===== RECORDS FOR PROCESSING =====
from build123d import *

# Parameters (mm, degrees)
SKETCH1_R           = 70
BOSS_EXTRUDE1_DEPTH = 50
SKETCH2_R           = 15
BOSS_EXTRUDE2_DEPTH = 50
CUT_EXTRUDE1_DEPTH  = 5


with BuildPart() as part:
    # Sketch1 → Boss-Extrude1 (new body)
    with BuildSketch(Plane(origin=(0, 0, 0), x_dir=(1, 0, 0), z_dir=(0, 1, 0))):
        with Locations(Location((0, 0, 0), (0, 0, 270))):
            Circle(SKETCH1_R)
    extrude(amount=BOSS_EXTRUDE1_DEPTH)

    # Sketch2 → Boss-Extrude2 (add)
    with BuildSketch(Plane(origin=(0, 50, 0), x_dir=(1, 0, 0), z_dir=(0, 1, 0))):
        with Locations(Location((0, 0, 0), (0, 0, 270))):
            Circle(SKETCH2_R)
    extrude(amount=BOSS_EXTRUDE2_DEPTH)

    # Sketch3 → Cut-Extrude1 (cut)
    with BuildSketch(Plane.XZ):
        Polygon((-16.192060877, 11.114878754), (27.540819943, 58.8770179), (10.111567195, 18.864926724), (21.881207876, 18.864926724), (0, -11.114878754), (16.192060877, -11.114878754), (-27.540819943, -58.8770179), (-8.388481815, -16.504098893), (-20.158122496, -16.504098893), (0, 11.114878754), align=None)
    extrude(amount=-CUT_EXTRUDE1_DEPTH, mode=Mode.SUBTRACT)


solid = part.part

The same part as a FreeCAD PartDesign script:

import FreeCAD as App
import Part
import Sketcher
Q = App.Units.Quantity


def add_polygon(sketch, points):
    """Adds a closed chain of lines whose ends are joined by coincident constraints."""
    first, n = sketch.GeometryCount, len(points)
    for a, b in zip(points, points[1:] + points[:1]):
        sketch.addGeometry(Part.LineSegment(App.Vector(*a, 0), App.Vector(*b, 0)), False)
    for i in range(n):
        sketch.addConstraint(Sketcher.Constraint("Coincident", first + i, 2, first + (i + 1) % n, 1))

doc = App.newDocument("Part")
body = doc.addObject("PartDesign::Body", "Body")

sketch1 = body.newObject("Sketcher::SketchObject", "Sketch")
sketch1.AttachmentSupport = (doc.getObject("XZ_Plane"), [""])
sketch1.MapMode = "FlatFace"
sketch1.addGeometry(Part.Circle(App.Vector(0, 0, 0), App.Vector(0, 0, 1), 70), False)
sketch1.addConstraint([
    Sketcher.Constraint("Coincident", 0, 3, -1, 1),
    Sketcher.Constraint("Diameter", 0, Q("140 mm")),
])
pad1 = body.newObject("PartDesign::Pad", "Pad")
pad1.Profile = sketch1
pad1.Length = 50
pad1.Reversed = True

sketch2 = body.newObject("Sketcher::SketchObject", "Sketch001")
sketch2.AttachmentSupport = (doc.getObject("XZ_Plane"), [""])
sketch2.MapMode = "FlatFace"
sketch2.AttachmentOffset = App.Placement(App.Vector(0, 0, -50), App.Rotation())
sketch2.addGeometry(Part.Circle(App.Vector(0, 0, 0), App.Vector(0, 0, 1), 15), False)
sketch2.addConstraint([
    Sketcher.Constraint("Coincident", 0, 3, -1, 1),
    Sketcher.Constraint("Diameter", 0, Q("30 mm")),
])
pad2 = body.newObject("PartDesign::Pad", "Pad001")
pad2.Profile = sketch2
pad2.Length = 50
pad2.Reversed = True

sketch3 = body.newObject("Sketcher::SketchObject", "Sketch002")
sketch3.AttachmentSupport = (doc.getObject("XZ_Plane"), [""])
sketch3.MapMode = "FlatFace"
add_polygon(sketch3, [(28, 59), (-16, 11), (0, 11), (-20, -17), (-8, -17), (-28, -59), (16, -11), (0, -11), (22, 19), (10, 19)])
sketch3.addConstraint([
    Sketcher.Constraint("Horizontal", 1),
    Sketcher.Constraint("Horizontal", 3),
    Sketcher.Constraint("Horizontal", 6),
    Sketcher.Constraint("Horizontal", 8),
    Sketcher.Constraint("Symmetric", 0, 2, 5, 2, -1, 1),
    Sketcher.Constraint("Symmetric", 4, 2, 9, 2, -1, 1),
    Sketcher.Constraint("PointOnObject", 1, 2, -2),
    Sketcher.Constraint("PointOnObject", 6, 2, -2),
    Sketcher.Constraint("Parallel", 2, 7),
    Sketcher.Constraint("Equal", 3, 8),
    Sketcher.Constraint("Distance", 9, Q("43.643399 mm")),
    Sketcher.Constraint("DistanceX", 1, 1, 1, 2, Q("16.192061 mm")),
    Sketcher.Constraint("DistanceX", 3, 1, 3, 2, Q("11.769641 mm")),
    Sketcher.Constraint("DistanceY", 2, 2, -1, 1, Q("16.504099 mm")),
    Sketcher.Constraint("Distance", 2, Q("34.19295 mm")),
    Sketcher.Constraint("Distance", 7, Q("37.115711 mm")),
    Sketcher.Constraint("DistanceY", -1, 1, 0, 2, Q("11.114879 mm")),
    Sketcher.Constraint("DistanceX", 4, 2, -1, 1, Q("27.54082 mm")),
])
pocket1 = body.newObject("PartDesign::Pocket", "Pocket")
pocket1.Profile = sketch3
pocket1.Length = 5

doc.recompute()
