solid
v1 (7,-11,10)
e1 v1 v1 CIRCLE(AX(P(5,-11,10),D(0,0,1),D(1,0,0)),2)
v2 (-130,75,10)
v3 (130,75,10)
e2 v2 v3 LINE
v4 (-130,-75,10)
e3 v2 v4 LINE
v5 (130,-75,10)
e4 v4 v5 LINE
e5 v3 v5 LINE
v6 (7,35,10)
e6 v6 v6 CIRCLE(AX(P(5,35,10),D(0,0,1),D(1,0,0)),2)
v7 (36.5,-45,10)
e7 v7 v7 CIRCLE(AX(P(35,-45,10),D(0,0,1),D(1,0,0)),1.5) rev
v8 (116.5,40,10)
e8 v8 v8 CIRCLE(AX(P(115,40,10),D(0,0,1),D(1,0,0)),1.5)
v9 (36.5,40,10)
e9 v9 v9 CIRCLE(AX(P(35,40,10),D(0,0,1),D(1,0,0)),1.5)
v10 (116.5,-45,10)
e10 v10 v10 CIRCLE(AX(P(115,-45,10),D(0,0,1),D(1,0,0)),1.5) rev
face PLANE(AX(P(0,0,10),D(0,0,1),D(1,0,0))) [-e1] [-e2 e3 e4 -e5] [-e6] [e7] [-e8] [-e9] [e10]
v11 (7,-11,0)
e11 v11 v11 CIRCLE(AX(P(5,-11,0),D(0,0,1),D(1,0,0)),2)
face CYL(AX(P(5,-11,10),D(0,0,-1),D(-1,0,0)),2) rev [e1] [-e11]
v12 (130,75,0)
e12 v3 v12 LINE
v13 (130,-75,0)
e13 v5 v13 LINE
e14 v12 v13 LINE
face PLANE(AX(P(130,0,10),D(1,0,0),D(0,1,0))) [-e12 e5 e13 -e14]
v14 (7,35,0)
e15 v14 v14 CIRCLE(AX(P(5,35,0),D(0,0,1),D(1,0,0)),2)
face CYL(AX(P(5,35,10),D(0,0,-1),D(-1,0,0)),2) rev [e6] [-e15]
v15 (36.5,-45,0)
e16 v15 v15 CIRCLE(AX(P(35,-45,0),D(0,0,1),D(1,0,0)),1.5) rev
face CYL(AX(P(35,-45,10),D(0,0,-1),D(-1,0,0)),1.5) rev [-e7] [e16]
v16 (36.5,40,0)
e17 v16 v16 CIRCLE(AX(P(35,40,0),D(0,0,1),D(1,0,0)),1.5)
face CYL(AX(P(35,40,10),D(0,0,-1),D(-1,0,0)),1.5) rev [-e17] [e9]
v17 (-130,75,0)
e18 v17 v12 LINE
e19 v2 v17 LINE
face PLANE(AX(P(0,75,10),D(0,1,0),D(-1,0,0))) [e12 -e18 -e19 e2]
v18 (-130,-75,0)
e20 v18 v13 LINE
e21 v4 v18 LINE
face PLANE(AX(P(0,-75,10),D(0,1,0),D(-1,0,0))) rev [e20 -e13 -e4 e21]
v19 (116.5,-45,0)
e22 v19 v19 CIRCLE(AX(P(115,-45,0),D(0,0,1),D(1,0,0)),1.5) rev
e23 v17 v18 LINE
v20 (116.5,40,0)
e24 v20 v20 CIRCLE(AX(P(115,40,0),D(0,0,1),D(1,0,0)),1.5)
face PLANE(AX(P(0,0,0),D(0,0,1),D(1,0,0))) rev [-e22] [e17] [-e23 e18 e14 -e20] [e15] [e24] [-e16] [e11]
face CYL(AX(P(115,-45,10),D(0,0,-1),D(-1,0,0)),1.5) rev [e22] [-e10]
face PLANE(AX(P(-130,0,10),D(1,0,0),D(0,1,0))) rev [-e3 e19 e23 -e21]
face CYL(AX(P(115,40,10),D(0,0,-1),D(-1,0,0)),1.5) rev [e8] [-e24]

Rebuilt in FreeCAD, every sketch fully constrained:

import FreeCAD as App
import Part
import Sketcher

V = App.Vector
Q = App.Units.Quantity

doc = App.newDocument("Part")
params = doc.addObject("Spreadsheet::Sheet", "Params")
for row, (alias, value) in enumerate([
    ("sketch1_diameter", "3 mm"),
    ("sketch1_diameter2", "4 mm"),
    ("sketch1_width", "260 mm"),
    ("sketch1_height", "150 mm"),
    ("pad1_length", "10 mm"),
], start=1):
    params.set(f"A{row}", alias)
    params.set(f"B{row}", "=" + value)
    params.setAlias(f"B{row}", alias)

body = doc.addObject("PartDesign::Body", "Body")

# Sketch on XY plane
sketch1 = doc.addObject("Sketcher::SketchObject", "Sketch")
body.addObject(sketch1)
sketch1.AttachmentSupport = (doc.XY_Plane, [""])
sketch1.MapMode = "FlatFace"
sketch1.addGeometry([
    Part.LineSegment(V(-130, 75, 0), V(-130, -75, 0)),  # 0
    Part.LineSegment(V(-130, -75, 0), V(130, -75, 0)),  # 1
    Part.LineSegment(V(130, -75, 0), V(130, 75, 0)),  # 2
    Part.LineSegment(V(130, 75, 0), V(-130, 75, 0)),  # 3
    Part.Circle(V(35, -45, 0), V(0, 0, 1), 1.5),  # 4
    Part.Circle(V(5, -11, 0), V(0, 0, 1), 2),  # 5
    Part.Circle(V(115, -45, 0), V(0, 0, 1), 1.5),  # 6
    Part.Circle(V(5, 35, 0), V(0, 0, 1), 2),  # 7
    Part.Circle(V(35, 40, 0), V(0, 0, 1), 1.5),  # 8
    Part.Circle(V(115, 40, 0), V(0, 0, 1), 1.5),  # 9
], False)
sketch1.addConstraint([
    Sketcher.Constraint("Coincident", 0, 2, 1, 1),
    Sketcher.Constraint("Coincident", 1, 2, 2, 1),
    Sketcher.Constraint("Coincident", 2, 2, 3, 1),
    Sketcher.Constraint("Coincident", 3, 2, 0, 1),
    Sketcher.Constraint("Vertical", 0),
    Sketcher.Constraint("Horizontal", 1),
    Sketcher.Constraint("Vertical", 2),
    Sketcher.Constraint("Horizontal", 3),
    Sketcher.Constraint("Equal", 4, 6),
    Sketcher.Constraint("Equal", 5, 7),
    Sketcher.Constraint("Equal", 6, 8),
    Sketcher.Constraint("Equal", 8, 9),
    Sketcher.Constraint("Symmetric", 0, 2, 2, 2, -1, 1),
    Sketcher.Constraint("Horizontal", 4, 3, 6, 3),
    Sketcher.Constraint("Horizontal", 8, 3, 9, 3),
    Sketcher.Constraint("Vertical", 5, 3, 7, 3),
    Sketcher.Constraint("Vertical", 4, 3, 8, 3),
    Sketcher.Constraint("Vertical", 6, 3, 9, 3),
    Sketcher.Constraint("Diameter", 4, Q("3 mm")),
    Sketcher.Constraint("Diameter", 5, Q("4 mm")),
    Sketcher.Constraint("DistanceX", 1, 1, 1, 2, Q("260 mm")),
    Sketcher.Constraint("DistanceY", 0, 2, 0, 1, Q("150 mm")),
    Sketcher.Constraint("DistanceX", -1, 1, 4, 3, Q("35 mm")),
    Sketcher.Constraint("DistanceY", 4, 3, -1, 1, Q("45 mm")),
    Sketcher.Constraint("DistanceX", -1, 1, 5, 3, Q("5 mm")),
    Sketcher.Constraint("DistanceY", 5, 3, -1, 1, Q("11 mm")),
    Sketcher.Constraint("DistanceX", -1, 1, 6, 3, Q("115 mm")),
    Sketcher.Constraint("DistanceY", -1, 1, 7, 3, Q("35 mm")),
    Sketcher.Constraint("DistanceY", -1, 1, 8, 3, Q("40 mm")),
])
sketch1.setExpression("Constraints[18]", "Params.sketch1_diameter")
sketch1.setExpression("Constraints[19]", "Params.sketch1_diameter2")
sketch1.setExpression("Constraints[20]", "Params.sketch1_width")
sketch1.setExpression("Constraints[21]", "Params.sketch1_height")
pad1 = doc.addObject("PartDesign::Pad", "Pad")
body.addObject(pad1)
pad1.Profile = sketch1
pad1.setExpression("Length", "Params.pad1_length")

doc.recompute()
=====
PROMPT: Copy range, inclusive: the line holding "v10 (116.5,-45,10)" to the line holding "Rebuilt in FreeCAD, every". Reproduce exactly those lines of the records above and no others.

EXPECTED ANSWER:
v10 (116.5,-45,10)
e10 v10 v10 CIRCLE(AX(P(115,-45,10),D(0,0,1),D(1,0,0)),1.5) rev
face PLANE(AX(P(0,0,10),D(0,0,1),D(1,0,0))) [-e1] [-e2 e3 e4 -e5] [-e6] [e7] [-e8] [-e9] [e10]
v11 (7,-11,0)
e11 v11 v11 CIRCLE(AX(P(5,-11,0),D(0,0,1),D(1,0,0)),2)
face CYL(AX(P(5,-11,10),D(0,0,-1),D(-1,0,0)),2) rev [e1] [-e11]
v12 (130,75,0)
e12 v3 v12 LINE
v13 (130,-75,0)
e13 v5 v13 LINE
e14 v12 v13 LINE
face PLANE(AX(P(130,0,10),D(1,0,0),D(0,1,0))) [-e12 e5 e13 -e14]
v14 (7,35,0)
e15 v14 v14 CIRCLE(AX(P(5,35,0),D(0,0,1),D(1,0,0)),2)
face CYL(AX(P(5,35,10),D(0,0,-1),D(-1,0,0)),2) rev [e6] [-e15]
v15 (36.5,-45,0)
e16 v15 v15 CIRCLE(AX(P(35,-45,0),D(0,0,1),D(1,0,0)),1.5) rev
face CYL(AX(P(35,-45,10),D(0,0,-1),D(-1,0,0)),1.5) rev [-e7] [e16]
v16 (36.5,40,0)
e17 v16 v16 CIRCLE(AX(P(35,40,0),D(0,0,1),D(1,0,0)),1.5)
face CYL(AX(P(35,40,10),D(0,0,-1),D(-1,0,0)),1.5) rev [-e17] [e9]
v17 (-130,75,0)
e18 v17 v12 LINE
e19 v2 v17 LINE
face PLANE(AX(P(0,75,10),D(0,1,0),D(-1,0,0))) [e12 -e18 -e19 e2]
v18 (-130,-75,0)
e20 v18 v13 LINE
e21 v4 v18 LINE
face PLANE(AX(P(0,-75,10),D(0,1,0),D(-1,0,0))) rev [e20 -e13 -e4 e21]
v19 (116.5,-45,0)
e22 v19 v19 CIRCLE(AX(P(115,-45,0),D(0,0,1),D(1,0,0)),1.5) rev
e23 v17 v18 LINE
v20 (116.5,40,0)
e24 v20 v20 CIRCLE(AX(P(115,40,0),D(0,0,1),D(1,0,0)),1.5)
face PLANE(AX(P(0,0,0),D(0,0,1),D(1,0,0))) rev [-e22] [e17] [-e23 e18 e14 -e20] [e15] [e24] [-e16] [e11]
face CYL(AX(P(115,-45,10),D(0,0,-1),D(-1,0,0)),1.5) rev [e22] [-e10]
face PLANE(AX(P(-130,0,10),D(1,0,0),D(0,1,0))) rev [-e3 e19 e23 -e21]
face CYL(AX(P(115,40,10),D(0,0,-1),D(-1,0,0)),1.5) rev [e8] [-e24]

Rebuilt in FreeCAD, every sketch fully constrained:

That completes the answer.